While genomic profiling at baseline is already part of the management of patients with CCA, longitudinal assessments of key molecular alterations have not been sufficiently explored. However, liquid biopsy for patients with CCA harboring therapeutically targetable alterations could be considered. In particular, patients with fibroblast growth factor receptor 2 (FGFR2) fusions or rearrangements could be ideal candidates, as multiple FGFR2 inhibitors are available, although it should be noted that access to genomic assays and novel drugs varies significantly across countries. Both pemigatinib and futibatinib have now entered clinical practice [14,15,16], and other anti-FGFR agents (e.g., tinengotinib) may be accessed within clinical trials [17]. Futibatinib is more active than pemigatinib against point mutations in the gatekeeper and molecular brake residues, partly because it is an irreversible FGFR1-4 inhibitor [18]. Moreover, novel findings suggest that RAS mutations, FGFR2 gatekeeper mutations, and polyclonality are more frequently observed upon progression to futibatinib, providing preliminary evidence that irreversible FGFR inhibitors can induce a distinct pattern of acquired resistance mechanisms compared to reversible ones that can be detected and therapeutically targeted [19].
ctDNA analysis before the beginning of targeted therapy could help to select the most optimal FGFR inhibitor, and longitudinal assessments during treatment could allow for the prompt detection of secondary resistance mechanisms, leading to the early introduction of new drugs and the optimization of the sequencing of different available agents.
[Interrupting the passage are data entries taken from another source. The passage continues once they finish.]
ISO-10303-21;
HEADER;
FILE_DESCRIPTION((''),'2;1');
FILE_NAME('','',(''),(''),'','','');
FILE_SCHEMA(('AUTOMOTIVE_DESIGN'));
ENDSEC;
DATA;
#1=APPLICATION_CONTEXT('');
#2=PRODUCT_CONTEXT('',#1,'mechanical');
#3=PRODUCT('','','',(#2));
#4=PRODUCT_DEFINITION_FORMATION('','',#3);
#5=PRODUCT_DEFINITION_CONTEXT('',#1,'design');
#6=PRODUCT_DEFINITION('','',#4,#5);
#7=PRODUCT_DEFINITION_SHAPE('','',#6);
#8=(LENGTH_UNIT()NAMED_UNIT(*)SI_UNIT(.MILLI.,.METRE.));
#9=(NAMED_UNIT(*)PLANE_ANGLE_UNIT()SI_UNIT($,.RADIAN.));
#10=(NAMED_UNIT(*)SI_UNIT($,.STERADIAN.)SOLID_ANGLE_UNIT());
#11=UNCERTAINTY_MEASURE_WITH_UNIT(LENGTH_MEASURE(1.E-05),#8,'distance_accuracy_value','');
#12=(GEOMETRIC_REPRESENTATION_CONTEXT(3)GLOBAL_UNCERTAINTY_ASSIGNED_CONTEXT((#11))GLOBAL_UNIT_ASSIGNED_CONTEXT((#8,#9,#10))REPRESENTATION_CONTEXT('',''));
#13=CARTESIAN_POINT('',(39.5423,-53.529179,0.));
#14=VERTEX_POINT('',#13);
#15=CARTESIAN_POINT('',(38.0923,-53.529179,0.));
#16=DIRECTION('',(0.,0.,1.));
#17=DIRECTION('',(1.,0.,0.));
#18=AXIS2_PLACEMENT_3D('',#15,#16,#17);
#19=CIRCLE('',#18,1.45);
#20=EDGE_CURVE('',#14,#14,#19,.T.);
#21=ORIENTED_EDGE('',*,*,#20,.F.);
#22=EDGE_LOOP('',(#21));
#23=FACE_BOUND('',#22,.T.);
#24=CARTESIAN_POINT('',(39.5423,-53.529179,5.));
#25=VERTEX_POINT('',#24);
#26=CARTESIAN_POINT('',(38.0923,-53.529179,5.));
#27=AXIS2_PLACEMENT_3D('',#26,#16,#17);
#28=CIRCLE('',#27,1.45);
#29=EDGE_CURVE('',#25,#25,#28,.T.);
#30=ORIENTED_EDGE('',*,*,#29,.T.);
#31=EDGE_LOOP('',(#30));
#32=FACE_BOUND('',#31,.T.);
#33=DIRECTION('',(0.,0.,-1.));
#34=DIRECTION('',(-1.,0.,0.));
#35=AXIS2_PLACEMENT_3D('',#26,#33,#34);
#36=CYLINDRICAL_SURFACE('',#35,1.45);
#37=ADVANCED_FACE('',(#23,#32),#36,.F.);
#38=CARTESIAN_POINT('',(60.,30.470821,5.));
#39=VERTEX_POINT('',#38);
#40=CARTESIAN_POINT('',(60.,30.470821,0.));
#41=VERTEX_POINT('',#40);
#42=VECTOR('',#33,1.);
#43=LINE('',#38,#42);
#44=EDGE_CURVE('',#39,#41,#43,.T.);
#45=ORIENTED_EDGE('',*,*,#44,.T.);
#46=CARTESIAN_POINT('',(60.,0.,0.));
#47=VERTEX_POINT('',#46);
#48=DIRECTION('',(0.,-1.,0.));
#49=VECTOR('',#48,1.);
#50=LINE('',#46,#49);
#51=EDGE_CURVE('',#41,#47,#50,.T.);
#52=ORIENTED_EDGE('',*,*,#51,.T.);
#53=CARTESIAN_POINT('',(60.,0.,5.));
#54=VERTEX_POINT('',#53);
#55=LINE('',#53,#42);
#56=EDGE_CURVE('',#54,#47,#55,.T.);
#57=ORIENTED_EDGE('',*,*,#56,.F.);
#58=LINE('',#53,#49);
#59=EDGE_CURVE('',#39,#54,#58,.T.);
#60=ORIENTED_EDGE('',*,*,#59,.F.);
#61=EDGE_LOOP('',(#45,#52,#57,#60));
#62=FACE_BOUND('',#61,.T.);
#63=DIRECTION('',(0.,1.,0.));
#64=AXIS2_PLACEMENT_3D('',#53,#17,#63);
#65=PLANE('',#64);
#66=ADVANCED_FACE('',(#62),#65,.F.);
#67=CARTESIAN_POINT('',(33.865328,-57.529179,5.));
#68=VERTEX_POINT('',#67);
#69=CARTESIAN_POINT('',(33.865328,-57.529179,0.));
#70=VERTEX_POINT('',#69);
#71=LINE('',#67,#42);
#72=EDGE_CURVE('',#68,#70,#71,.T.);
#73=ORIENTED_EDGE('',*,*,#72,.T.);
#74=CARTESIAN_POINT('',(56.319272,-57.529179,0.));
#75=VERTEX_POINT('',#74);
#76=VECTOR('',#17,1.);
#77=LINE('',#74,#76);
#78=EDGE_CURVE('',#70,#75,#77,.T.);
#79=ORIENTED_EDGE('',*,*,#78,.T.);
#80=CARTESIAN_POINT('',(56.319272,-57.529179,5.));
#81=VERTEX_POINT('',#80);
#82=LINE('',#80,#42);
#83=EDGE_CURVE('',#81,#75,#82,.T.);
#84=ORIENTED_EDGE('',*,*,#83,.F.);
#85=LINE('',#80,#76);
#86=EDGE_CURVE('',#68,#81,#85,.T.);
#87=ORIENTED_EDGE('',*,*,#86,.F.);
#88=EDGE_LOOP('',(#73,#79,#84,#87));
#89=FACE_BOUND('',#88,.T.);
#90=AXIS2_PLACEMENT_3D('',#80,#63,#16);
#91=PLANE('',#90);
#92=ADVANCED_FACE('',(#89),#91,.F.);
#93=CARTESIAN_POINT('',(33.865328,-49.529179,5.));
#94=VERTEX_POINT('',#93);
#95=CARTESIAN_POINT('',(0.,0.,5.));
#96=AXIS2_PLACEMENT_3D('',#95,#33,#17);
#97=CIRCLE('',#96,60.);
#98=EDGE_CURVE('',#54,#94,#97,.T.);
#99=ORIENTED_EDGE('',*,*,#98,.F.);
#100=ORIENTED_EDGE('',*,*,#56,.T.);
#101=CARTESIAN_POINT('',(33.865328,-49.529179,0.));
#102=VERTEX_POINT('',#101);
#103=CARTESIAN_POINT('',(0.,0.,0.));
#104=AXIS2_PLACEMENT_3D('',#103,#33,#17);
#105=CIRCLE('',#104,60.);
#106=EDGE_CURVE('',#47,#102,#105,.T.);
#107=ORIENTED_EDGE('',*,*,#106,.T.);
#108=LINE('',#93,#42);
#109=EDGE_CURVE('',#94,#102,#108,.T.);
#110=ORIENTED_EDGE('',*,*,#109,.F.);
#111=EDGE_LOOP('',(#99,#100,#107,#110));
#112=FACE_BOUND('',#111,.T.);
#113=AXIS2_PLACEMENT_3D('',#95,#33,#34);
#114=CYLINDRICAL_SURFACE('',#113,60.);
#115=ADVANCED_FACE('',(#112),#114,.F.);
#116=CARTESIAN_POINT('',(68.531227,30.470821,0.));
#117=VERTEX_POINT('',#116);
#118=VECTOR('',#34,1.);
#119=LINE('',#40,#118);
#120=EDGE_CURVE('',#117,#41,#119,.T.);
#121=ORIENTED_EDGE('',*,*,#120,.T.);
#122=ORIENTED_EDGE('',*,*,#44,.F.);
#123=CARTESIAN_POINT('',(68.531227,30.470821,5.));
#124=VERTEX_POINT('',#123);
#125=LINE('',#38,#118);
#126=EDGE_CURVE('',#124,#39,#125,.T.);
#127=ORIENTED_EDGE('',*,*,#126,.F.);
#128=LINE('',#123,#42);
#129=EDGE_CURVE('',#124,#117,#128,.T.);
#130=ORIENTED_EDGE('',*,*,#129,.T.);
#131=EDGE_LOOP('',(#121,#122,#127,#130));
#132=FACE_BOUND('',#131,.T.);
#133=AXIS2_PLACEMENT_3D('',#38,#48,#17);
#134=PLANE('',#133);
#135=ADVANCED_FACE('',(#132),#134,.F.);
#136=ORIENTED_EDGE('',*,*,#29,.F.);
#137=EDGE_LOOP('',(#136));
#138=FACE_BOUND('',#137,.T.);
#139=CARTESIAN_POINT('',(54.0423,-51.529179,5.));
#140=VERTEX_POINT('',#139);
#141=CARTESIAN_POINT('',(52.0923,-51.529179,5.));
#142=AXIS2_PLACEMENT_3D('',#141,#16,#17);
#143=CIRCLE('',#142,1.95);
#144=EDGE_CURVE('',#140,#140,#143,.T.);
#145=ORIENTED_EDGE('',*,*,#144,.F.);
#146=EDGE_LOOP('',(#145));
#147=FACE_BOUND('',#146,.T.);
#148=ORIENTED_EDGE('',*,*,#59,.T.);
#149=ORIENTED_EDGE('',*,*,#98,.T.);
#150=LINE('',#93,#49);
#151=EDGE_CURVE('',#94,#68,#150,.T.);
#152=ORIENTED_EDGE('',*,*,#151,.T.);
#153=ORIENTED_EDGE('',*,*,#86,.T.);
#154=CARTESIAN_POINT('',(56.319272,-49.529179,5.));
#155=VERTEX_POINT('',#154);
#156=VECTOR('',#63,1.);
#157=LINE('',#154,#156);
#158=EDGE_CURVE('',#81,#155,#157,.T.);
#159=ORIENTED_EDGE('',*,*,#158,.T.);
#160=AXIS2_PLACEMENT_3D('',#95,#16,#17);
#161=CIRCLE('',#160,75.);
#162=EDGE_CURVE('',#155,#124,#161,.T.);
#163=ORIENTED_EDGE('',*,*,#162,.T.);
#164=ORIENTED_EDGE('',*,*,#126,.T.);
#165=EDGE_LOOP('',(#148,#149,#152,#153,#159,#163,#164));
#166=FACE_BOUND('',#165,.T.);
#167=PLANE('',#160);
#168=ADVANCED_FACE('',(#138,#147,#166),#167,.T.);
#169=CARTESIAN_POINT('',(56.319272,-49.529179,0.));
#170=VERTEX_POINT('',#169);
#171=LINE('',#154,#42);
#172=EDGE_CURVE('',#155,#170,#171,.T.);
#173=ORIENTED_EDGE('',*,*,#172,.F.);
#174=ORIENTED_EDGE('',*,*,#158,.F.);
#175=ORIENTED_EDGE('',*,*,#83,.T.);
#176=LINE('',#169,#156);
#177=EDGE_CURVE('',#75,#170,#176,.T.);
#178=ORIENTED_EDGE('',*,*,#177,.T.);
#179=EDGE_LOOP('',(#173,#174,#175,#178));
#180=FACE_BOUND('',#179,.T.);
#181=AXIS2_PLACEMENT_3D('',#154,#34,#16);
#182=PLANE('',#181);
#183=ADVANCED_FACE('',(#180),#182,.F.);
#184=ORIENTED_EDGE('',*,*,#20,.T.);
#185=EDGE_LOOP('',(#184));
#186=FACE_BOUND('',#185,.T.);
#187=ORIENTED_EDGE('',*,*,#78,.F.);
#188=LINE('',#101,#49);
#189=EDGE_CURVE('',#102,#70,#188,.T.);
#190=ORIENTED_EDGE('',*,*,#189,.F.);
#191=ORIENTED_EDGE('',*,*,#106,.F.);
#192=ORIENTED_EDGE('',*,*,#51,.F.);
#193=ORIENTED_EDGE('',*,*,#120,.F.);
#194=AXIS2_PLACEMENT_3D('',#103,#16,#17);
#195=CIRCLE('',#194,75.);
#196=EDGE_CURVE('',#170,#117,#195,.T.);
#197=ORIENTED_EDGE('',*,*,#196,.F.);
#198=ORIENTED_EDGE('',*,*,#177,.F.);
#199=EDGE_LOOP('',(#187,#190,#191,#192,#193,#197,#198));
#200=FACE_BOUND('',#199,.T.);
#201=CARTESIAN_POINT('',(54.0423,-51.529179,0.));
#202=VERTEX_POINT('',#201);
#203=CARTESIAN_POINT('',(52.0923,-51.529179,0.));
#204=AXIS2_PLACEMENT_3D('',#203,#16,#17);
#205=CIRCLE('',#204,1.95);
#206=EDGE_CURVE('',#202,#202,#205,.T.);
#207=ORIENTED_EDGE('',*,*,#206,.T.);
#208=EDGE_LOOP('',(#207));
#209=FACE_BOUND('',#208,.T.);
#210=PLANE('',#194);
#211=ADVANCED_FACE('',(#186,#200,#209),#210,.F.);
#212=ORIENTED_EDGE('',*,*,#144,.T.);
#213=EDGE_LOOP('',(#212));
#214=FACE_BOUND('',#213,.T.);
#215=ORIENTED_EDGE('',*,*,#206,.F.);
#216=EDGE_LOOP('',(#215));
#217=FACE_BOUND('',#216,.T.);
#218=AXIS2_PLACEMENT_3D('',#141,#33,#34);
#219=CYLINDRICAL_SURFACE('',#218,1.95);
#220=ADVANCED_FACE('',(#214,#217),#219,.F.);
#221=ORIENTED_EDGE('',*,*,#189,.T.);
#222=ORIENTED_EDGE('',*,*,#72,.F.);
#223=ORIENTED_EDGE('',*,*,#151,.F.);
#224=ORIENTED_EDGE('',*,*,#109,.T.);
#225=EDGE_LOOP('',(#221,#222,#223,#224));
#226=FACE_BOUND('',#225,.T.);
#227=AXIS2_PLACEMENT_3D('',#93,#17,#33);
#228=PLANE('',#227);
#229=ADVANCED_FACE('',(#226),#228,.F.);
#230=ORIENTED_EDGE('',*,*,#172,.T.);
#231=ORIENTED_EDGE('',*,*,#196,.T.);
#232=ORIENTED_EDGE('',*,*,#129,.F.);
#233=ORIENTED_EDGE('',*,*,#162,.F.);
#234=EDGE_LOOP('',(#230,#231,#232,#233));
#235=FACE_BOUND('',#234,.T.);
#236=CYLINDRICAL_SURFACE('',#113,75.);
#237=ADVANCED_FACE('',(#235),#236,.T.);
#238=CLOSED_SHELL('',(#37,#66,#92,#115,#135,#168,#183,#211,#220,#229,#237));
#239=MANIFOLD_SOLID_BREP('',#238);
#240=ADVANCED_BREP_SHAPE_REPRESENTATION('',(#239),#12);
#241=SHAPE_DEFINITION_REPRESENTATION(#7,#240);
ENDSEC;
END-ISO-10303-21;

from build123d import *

# Parameters (mm, degrees)
SKETCH1_R           = 1.45
SKETCH1_R_2         = 1.95
BOSS_EXTRUDE1_DEPTH = 5


with BuildPart() as part:
    # Sketch1 → Boss-Extrude1 (new body)
    with BuildSketch(Plane.XY):
        with BuildLine():
            Line((60, 30.470821026), (68.531226941, 30.470821026))
            ThreePointArc((68.531226941, 30.470821026), (74.141161233, -11.317606244), (56.31927228, -49.529178974))
            Line((56.31927228, -49.529178974), (56.31927228, -57.529178974))
            Line((56.31927228, -57.529178974), (33.865327846, -57.529178974))
            Line((33.865327846, -57.529178974), (33.865327846, -49.529178974))
            ThreePointArc((33.865327846, -49.529178974), (53.065618204, -28.000717216), (60, 0))
            Line((60, 0), (60, 30.470821026))
        make_face()
        with Locations((38.092300063, -53.529178974)):
            Circle(SKETCH1_R, mode=Mode.SUBTRACT)
        with Locations((52.092300063, -51.529178974)):
            Circle(SKETCH1_R_2, mode=Mode.SUBTRACT)
    extrude(amount=BOSS_EXTRUDE1_DEPTH)


solid = part.part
4. Immunotherapy and Combination Strategies

Immune-checkpoint inhibitors (ICIs) have improved outcomes across multiple solid tumors. Notably, in non-squamous NSCLC, pembrolizumab in combination with chemotherapy more than doubled median overall survival (OS) compared to chemotherapy alone, while in squamous NSCLC, it led to a less marked yet still significant improvement [20,21,22,23]. In both cases, 5-year OS rates were approximately 20% [21,23]. By contrast, in patients with CCA, first-line therapy with ICIs in combination with cisplatin and gemcitabine yielded 2- and 3-year OS rates of 15–20% [24,25,26,27]. Nonetheless, these rates are twice those achieved with chemotherapy alone; consequently, the identification of factors predictive of response to immunotherapy is a topic of interest.
Traditional predictive biomarkers of response to immunotherapy include programmed death-ligand 1 (PD-L1) expression, tumor mutational burden (TMB), and microsatellite instability (MSI). However, PD-L1 expression, which is used to assess eligibility to single-agent ICIs in NSCLC [28,29], does not correlate to response to chemoimmunotherapy in CCA [24,26]. Likewise, TMB-high does not predict response to ICIs in CCA, while it is a known predictive factor in many other solid tumors, such as endometrial and anal cancer [30]. MSI status is an exception, but only 1–2% of CCAs are MSI-high [31]. Genomic alterations do not influence response to chemoimmunotherapy among patients with CCA. In NSCLC, EGFR mutations are associated with low response rates to ICIs and an increased risk of developing immune-related adverse events [32]. However, a translational analysis of the TOPAZ-1 trial of cisplatin, gemcitabine, and durvalumab in first-line treatment has shown similar efficacy outcomes between patients with or without therapeutically targetable alterations [33].
Therefore, current research is focusing on expanding the use of ICIs and finding ways to overcome treatment resistance. Combinatorial strategies with agents directed against vascular endothelial growth factor (VEGF), such as bevacizumab, have proved effective in other tumors, as anti-angiogenic drugs can increase responses to PD-L1 inhibitors by inducing the maturation of dendritic cells and a reduction in the activity of immunosuppressive cells [34]. In patients with hepatocellular carcinoma (HCC), the combination of bevacizumab and atezolizumab yielded a 6-month survival improvement compared to sorafenib, becoming a standard option for advanced disease [35,36]. Similarly, lenvatinib, a multitargeted TKI with anti-VEGF receptor activity, has demonstrated efficacy in combination with pembrolizumab and transarterial chemoembolization in patients with intermediate stage HCC [37]. In CCA, both the IMbrave151 phase 2 study of cisplatin and gemcitabine in association with atezolizumab and bevacizumab/placebo in first-line treatment and the LEAP-005 phase 2 trial of lenvatinib and pembrolizumab for pretreated patients showed preliminary efficacy signals [38,39]. However, these results need to be confirmed in large randomized phase 3 trials.
Lastly, a broader landscape of immune checkpoints has recently emerged. For instance, the presence of T cell immunoreceptors with immunoglobulin and immunoreceptor tyro-sine-based inhibitory motif domains (TIGIT) is a negative prognostic factor in non-squamous NSCLC [40]. While targeting TIGIT alone yielded unsatisfactory results, trials including the dual inhibition of TIGIT and PD-L1 using bispecific antibodies or combination treatments are ongoing in several types of tumors, including CCA [40]. The ARTEMIDE-Biliary-01 trial (NCT06109779) of adjuvant chemotherapy in association with rilvegostomig (an anti-TIGIT and anti-PD-1 bispecific antibody) or placebo will also help shed light on the role of ICIs in curative settings. Similarly, the GEMINI trial (NCT05775159) of cisplatin and gemcitabine in association with rilvegostomig or volrustomig (an anti-PD-1 and anti-cytotoxic T lymphocyte-associated protein 4 bispecific antibody) will contribute to expanding our knowledge on the role of ICIs in advanced settings.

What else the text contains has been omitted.